The obtained results describe that TR3 protein in P. schlosseri is codified by two diferent contigs: KN483500.1 and KN474115.1. In this case, Seblastian could not predict any selenoprotein. A possible explanation to this fact could be that the sequence introduced was obtained from one or the other contig so it was not the full-length sequence. However, two SECIS element were predicted in the 3’UTR by using SECISearch3.
The machinery proteins are required for selenoprotein synthesis and, the results of this study reveal that are likely to be found inP. schlosseri
P. schlosseri Selenophophate synthetase protein (SPS) is codified by the contig KN475839.1. The homology with the zebrafish SPS is high and therefore it could explain how important it is for the protein to conserve the primary structure in order to maintain its function. The SPS protein does not contain any selenocysteine residue (neither in zebrafish or in P. schlosseri) whereas it has 9 aligned cysteine residues. This is the reason why Seblastian could not predict a selenoprotein. However, a SECIS element was found by SECISearch3. Probably it is due to the evolution of the sequence and the change of the sec residue for a cys one.
The selenophosphate synthetase 2 (SPS2) is the enzyme that catalyses the generation of a Se donor (selenophosphate) which is required for Sec biosynthesis. In addition, it is a selenoprotein. In P. schlosseri, it is encoded by two different contigs (KN484547.1 and KN469560.1) as it is shown in the results. The first exon of the protein contains the selenocysteine residue.
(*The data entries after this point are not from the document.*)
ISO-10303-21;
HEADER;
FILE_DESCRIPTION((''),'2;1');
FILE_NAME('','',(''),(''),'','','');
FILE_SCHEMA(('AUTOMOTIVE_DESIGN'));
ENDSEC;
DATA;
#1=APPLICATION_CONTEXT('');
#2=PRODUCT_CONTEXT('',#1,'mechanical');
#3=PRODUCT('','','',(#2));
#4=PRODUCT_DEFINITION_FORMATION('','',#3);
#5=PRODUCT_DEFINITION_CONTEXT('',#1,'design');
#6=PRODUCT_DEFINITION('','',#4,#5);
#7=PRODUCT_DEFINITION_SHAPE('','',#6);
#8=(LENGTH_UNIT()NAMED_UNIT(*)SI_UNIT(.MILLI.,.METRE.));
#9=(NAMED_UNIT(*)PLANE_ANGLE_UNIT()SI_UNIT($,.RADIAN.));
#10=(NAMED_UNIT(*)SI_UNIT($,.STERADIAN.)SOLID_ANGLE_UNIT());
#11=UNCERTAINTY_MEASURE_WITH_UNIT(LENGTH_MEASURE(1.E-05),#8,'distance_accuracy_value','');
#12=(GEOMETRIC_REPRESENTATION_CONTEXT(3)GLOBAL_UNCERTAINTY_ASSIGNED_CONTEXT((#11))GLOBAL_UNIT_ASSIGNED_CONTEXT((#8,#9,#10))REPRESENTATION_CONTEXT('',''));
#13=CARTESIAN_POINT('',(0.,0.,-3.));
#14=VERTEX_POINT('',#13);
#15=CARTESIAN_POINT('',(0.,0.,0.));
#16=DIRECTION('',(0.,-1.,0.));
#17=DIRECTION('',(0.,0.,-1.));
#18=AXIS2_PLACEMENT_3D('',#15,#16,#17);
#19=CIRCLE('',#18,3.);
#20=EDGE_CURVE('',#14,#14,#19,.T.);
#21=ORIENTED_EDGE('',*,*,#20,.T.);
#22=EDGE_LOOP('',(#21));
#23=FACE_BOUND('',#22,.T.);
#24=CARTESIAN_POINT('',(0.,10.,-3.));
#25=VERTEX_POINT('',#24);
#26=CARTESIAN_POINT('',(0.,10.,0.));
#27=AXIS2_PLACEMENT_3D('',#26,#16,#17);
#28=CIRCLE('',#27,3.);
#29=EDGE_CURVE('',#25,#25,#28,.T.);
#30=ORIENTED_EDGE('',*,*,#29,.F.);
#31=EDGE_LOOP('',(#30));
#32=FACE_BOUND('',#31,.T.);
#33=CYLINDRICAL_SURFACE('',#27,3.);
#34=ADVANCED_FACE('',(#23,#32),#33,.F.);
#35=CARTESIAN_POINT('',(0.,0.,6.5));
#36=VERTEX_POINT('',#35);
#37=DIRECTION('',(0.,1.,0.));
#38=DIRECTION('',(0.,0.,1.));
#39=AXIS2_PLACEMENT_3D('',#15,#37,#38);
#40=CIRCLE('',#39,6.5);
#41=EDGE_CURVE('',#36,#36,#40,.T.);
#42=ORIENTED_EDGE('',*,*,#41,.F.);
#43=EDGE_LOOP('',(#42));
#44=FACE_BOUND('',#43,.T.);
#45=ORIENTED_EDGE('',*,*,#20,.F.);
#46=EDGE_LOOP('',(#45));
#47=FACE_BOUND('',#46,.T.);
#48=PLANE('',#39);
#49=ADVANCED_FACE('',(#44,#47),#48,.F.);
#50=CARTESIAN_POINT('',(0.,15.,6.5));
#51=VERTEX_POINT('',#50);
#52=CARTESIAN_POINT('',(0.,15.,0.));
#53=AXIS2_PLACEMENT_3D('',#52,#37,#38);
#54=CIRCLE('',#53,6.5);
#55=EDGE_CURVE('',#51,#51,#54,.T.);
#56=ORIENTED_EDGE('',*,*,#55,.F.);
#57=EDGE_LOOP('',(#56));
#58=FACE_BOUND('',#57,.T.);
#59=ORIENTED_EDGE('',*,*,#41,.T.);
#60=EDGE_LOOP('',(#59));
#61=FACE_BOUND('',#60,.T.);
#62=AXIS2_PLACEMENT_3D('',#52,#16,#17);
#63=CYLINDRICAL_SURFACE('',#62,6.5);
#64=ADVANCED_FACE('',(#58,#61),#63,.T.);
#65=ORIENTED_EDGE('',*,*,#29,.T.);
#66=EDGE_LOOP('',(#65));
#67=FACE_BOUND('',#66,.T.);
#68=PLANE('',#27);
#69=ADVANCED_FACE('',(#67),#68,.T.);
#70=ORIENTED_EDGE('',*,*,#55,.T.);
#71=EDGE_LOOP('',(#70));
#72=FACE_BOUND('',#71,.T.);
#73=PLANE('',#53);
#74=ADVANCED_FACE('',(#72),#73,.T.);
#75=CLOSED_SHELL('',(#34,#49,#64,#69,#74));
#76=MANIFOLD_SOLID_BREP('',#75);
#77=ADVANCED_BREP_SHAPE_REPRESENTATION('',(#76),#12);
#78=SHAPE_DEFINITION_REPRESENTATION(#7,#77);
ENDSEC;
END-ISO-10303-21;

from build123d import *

# Parameters (mm, degrees)
SKETCH1_R           = 6.5
BOSS_EXTRUDE1_DEPTH = 15
SKETCH2_R           = 3
CUT_EXTRUDE1_DEPTH  = 10


with BuildPart() as part:
    # Sketch1 → Boss-Extrude1 (new body)
    with BuildSketch(Plane(origin=(0, 0, 0), x_dir=(1, 0, 0), z_dir=(0, 1, 0))):
        Circle(SKETCH1_R)
    extrude(amount=BOSS_EXTRUDE1_DEPTH)

    # Sketch2 → Cut-Extrude1 (cut)
    with BuildSketch(Plane.XZ):
        Circle(SKETCH2_R)
    extrude(amount=-CUT_EXTRUDE1_DEPTH, mode=Mode.SUBTRACT)


solid = part.part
In this case, Seblastian could not predict any selenoprotein. A possible explanation to this fact could be that the sequence introduced was obtained from one or the other contig so it was not the full-length sequence. However, a SECIS element was found in the 3’UTR by using SECISearch3.
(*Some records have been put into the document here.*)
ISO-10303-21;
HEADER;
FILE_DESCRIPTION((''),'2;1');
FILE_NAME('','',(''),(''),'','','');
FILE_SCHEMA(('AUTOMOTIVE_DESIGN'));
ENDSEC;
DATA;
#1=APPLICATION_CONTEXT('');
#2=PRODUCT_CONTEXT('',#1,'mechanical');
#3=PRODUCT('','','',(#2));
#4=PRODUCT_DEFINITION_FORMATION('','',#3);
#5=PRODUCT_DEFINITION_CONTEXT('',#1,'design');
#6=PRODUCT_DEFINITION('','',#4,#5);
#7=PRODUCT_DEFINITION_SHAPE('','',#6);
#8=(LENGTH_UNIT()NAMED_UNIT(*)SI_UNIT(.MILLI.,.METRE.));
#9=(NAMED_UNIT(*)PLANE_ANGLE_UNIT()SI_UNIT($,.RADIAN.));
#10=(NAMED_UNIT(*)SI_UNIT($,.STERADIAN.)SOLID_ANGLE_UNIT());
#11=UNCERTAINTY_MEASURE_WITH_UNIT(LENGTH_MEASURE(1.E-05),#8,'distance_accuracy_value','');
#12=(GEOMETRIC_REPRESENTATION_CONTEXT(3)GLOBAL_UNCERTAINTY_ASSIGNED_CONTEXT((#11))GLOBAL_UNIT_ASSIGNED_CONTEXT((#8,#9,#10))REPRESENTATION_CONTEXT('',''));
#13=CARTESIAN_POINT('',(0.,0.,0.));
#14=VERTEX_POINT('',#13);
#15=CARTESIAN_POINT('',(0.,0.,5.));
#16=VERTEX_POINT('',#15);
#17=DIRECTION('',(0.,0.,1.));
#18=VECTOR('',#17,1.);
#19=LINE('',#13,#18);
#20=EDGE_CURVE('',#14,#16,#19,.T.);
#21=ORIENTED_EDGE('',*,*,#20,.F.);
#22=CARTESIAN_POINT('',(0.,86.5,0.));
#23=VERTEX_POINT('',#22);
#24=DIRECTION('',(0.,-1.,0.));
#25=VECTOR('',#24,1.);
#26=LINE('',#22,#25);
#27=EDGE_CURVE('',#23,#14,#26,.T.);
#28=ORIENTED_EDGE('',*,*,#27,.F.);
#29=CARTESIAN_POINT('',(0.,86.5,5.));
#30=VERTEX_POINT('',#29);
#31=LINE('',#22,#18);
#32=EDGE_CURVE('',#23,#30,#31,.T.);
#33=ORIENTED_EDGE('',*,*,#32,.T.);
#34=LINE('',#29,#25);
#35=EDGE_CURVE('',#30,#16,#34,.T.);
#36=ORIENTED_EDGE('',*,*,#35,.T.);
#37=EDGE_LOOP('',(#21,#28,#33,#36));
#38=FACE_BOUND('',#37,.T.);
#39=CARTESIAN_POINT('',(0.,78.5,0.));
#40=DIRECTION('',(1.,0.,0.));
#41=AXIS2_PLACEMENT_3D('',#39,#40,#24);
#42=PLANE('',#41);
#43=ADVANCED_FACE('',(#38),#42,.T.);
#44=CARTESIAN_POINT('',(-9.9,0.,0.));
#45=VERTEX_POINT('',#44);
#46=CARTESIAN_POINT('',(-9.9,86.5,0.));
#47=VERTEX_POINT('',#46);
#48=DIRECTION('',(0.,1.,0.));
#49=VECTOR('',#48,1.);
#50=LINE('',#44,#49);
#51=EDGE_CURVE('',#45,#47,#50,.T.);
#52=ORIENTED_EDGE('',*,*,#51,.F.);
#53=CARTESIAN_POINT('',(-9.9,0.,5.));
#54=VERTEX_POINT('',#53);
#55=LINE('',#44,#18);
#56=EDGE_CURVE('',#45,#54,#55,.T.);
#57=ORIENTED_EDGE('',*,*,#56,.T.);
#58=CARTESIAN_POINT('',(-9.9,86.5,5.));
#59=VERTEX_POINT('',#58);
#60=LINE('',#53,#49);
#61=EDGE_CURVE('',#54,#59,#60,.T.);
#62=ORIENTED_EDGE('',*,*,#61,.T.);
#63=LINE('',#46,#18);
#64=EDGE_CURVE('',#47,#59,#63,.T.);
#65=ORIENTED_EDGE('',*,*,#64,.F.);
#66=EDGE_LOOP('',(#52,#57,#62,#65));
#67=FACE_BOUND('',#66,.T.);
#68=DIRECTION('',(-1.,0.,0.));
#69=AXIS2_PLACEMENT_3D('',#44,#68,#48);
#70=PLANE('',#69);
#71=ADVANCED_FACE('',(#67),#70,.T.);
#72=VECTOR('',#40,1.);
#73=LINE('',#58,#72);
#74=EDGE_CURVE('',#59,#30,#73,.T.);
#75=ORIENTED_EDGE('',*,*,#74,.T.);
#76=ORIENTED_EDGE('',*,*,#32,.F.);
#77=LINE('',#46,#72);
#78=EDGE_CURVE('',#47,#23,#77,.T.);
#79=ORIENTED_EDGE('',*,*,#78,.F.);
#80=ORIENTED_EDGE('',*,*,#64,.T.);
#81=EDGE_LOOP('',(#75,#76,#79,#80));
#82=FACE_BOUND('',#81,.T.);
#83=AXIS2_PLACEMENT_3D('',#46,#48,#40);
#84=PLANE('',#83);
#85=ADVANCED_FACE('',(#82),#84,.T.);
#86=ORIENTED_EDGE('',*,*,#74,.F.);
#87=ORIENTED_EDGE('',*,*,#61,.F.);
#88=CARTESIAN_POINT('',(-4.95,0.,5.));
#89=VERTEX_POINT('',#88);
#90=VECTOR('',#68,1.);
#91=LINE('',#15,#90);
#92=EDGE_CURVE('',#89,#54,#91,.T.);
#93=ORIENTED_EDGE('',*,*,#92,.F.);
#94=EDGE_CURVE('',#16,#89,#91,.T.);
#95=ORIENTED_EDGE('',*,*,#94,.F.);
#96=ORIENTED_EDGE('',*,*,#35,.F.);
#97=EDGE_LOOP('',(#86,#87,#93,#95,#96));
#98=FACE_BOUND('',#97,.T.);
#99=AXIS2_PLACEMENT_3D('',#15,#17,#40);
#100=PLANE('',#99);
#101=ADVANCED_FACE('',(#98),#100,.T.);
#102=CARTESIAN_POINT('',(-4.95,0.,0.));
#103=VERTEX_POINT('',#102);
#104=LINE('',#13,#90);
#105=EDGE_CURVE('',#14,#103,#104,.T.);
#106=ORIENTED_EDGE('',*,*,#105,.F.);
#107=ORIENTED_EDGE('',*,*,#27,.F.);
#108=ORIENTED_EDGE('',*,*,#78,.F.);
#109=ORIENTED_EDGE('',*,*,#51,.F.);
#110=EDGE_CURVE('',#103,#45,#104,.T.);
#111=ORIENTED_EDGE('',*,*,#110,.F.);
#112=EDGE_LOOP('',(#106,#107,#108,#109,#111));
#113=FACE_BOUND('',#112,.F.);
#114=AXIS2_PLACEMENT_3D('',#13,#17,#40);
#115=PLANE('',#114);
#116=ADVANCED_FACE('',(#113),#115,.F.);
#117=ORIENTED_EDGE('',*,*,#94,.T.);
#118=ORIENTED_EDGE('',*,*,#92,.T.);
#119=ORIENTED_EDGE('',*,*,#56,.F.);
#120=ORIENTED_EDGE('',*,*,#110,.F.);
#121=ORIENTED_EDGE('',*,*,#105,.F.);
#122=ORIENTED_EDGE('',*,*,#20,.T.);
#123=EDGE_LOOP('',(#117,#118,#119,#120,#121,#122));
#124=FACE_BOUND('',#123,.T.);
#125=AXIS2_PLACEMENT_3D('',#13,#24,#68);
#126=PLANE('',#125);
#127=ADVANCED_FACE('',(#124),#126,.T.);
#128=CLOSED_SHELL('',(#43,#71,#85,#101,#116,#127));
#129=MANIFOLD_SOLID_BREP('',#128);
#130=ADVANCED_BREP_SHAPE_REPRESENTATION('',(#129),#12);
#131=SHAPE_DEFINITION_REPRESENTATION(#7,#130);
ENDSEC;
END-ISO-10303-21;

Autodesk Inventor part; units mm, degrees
ref_plane "YZ Plane" through (0, 0, 0) normal (1, 0, 0) x (0, 1, 0)
ref_plane "XZ Plane" through (0, 0, 0) normal (0, 1, 0) x (-1, 0, 0)
ref_plane "XY Plane" through (0, 0, 0) normal (0, 0, 1) x (1, 0, 0)
sketch "Sketch2" plane through (0, 0, 0) normal (0, 0, 1) x (1, 0, 0)
  line L0 (0, 0) -> (-9.9, 0)
  line L1 (-9.9, 0) -> (-9.9, 105)
  line L2 (-9.9, 105) -> (0, 105)
  line L3 (0, 105) -> (0, 0)
  line L4 (-4.95, 0) -> (-4.95, 2.5)
  line L5 (-4.95, 0) -> (-2.45, 0) construction
  circle A0 centre (-4.95, 5) radius 2.5
  line L6 (-4.95, 7.5) -> (32.05, 7.5) construction
  line L7 (0, 44.5) -> (0, 0)
  line L8 (0, 0) -> (-9.9, 0)
  line L9 (-9.9, 0) -> (-9.9, 44.5)
  line L10 (0, 45.5) -> (0, 0)
  line L11 (0, 0) -> (-9.9, 0)
  line L12 (-9.9, 0) -> (-9.9, 45.5)
  line L13 (-4.95, 7.5) -> (66.05, 7.5) construction
  line L14 (-9.9, 78.5) -> (0, 78.5)
  line L15 (0, 0) -> (-9.9, 0)
  line L16 (-9.9, 0) -> (-9.9, 86.5)
  line L17 (-9.9, 86.5) -> (0, 86.5)
  line L18 (0, 86.5) -> (0, 0)
  dimension "d35" = 5
  dimension "d4" = 9.9
  dimension "d5" = 105
  dimension "d33" = 2.5
  dimension "d34" = 90
  dimension "d46" = 9.9
  dimension "d47" = 86.5
extrude "Extrusion6" add sketch "Sketch2" along normal blind 5 contours A0 | L0 L1 L14 L3 | L14 L1 L17 L3
properties part number "Elbow_Cube_Holder_TestFit_V2"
The approaches that have been used reveal that eEFsec, SECp43 proteins and SecS have a very high identity with the ones in zebrafish: the obtained alignments were almost perfect. It could be thought that, the conservation of this machinery proteins structure is really important for their function and they do not accept mutations in many sites.
It is important to consider that none of them are selenoproteins because there is not a sec residue among their sequences. Nevertheless, a SECIS element could be predicted in the 3’UTR for eEFsec, Trnau1apa and SecS. Thus, giving clues about how it could have evolved: probably changing the selenocysteine residue to a cysteine one.
It is important to take into account that for SECp43 family, which is composed of two proteins, three hits were found. The first hit obtained for each protein was assigned, KN468817.1 to Trnau1apa and KN484243.1 to C2H6orf52, since they are closer phylogenetically and consequently they have higher homology.
The third hit that remained unassigned contained four selenocysteine residues in contrast to these zebrafish proteins which are Cys-containing proteins, meaning it could encode a selenoprotein. This finding could be supported by the prediction of a SECIS element in contig KN472084.1. However, the homology of the predicted protein with Trnau1apa is too low to be considered valid.
The alignments between these zebrafish machinery proteins and the genome of P. schlosseri were good enough to consider valid the obtained hit in each case. However, a deeper analysis of the alignments revealed how P. schlosseri sequences had some highly conserved parts whereas others were poorly conserved (unlike machinery proteins described above).
In this case, the more preserved regions could correspond to the protein active site or other domains extremely necessaries in order to maintain its functionality.